A new year represents a chance for us to leave the past behind and focus our leadership on a more prosperous future. This is the time for enterprise leaders to pause and reflect on balancing the tensions between business units charged with achieving high profit from today’s business and those charged with creating more exciting businesses and products for tomorrow.

An enquiry from a finance company about disruptive innovation led me to look around. There are consultants that offer to relieve leaders of their concerns with strategic management towards a predictable future but enablers of truly disruptive innovation are a sparse commodity.

A recent study of disruptive innovation, titled ‘Rejuvenating the established firm’, found that there are four ways to foster disruptive innovation:

encourage greater risk taking accept that failure of some radical innovation projects is a natural part of the learning

process, make it easy to achieve organisational buy-in and develop innovation incentive programs that give employees ownership of radical

projects

The report came from a collaborative effort led by Cambridge University. It involved a research team with members from five universities with funding from several private and public sources. This report also identifies the barriers to disruptive innovation. They were

organisational inertia cultural resistance lack of incentive aversion to risk, and over-commitment to current customers

Megan (our resident analyst*) was delighted to see a reputable report that didn’t even mention the phrase lean manufacturing. However she wondered why, even though the case studies were of manufacturing, the researchers did not see that the findings were equally applicable to service, retail, ICT and even exploration companies.

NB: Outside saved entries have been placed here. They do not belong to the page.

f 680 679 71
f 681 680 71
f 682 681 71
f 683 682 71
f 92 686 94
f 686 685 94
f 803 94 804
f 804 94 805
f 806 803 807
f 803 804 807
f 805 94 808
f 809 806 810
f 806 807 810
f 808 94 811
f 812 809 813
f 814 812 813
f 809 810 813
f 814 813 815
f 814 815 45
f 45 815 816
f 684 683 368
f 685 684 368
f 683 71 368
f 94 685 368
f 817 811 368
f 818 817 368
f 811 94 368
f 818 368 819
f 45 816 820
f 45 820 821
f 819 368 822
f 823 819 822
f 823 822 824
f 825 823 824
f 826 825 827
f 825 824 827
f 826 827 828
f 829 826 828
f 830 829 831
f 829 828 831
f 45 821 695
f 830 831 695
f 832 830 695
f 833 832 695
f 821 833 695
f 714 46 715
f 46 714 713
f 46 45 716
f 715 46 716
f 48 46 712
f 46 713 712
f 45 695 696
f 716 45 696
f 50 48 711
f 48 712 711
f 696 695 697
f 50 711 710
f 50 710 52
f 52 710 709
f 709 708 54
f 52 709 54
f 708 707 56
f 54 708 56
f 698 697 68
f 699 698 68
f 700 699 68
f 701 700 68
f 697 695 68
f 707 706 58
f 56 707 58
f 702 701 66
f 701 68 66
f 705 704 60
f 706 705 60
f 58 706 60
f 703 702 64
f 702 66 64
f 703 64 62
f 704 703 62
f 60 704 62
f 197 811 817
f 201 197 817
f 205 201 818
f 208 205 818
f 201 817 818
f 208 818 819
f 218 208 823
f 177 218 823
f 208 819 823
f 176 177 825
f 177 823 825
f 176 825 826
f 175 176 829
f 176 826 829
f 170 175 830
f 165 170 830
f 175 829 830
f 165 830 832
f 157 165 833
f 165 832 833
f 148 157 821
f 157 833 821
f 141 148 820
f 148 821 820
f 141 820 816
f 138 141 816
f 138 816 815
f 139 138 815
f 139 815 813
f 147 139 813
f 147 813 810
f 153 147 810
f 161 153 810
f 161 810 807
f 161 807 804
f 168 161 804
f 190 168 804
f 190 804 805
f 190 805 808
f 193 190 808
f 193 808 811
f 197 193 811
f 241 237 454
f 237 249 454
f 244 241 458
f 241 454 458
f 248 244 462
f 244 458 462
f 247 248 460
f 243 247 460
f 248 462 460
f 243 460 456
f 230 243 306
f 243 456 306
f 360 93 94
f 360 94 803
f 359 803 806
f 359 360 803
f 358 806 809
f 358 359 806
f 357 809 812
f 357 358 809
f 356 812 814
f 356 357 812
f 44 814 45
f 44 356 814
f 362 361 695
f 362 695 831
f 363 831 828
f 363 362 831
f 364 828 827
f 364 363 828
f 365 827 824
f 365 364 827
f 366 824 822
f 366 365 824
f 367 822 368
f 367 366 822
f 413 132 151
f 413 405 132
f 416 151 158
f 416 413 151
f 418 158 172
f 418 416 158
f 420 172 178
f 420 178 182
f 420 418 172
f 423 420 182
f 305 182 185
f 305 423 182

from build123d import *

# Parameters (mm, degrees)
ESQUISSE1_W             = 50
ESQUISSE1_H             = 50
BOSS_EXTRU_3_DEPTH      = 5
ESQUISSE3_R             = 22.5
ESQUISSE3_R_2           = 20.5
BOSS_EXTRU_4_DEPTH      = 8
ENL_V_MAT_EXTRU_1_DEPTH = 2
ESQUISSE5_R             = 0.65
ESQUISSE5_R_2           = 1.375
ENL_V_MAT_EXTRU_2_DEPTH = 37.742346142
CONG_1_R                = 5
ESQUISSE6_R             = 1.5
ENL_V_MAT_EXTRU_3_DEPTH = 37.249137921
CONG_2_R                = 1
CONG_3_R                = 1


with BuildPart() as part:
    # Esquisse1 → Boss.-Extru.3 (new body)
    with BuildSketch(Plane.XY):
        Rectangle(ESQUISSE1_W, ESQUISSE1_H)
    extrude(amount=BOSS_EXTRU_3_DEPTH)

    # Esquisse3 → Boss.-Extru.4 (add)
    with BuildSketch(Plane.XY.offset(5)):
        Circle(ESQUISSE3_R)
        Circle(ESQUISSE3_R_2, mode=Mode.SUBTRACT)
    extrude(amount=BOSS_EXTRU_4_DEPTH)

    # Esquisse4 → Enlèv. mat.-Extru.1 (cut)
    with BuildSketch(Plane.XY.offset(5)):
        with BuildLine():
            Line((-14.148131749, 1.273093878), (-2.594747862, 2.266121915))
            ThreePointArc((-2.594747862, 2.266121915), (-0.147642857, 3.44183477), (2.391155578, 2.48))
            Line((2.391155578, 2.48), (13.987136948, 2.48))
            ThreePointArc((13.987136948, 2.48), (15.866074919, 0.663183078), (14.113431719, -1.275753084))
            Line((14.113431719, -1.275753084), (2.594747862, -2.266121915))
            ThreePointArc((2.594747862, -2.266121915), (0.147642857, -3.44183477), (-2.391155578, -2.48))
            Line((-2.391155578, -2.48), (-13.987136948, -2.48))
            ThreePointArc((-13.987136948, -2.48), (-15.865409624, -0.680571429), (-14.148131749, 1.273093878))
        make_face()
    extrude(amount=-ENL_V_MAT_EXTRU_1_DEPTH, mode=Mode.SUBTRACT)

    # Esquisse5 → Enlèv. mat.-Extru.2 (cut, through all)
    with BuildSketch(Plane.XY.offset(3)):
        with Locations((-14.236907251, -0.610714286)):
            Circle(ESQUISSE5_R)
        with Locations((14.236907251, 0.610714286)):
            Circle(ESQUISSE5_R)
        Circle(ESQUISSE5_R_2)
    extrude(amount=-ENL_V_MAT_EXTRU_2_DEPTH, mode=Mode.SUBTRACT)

The ever pragmatic Potter (our marketing guru*) takes the view that, since one can’t be all things to all stakeholders; different people and different parts of a firm should be delivering excellent service to customers and thinking about building value from new customers and new markets

Page 2: LEADING DISRUPTIVE INNOVATION

This discussion raised the question about leading companies need for structure, consistency and continuity in order to accommodate radical innovation. Megan pointed to a section of the report that states “Radical innovations need some form of structure. You need to ensure that it fits inside the strategic or tactical goals of the organisation.” That reminded me of the ambidextrous organisation - where leaders foster and balance the tensions between units charged with achieving high profit from today’s business and units charged with creating more exciting businesses and products for tomorrow. Identifying and shaping new ideas and framing value propositions at the demonstration stage or on the commercialisation of technology depends more on the exercise of strategic focus than on subsidies.

Innovations can be driven from the bottom-up, by entrepreneurially-minded individuals (intrapreneurs) or from the top down through senior management initiatives. I reminded Megan that the evidence is indisputable that LEAN cuts costs and builds efficiency. She agreed and said just add innovation, preferably breakthrough innovation, for growth.

It seems that across manufacturing and many service sectors that LEAN has replaced quality as the thought-god of business success over the last decade. Now as a former quality systems specialists I have a soft spot for quality. Quality systems are important in delivering customer satisfaction and keeping costs down, and they become essential as small firms grow to medium sized companies. Megan retorted that she knows leading firms who are delighted that their competitors see LEAN as the way to go and are investing, with training, manuals and so on, in the lean philosophy and tools.

On international comparisons Australian SMEs are very good as adopting new technology but not at collaborating or taking a lead in bringing new products into a global market. For those of us wanting to collaborate the Cambridge findings confirm and clarify some long established secrets of leading companies.

* Megan and Potter are fictional characters that appear in Darryl’s blogs; or are they?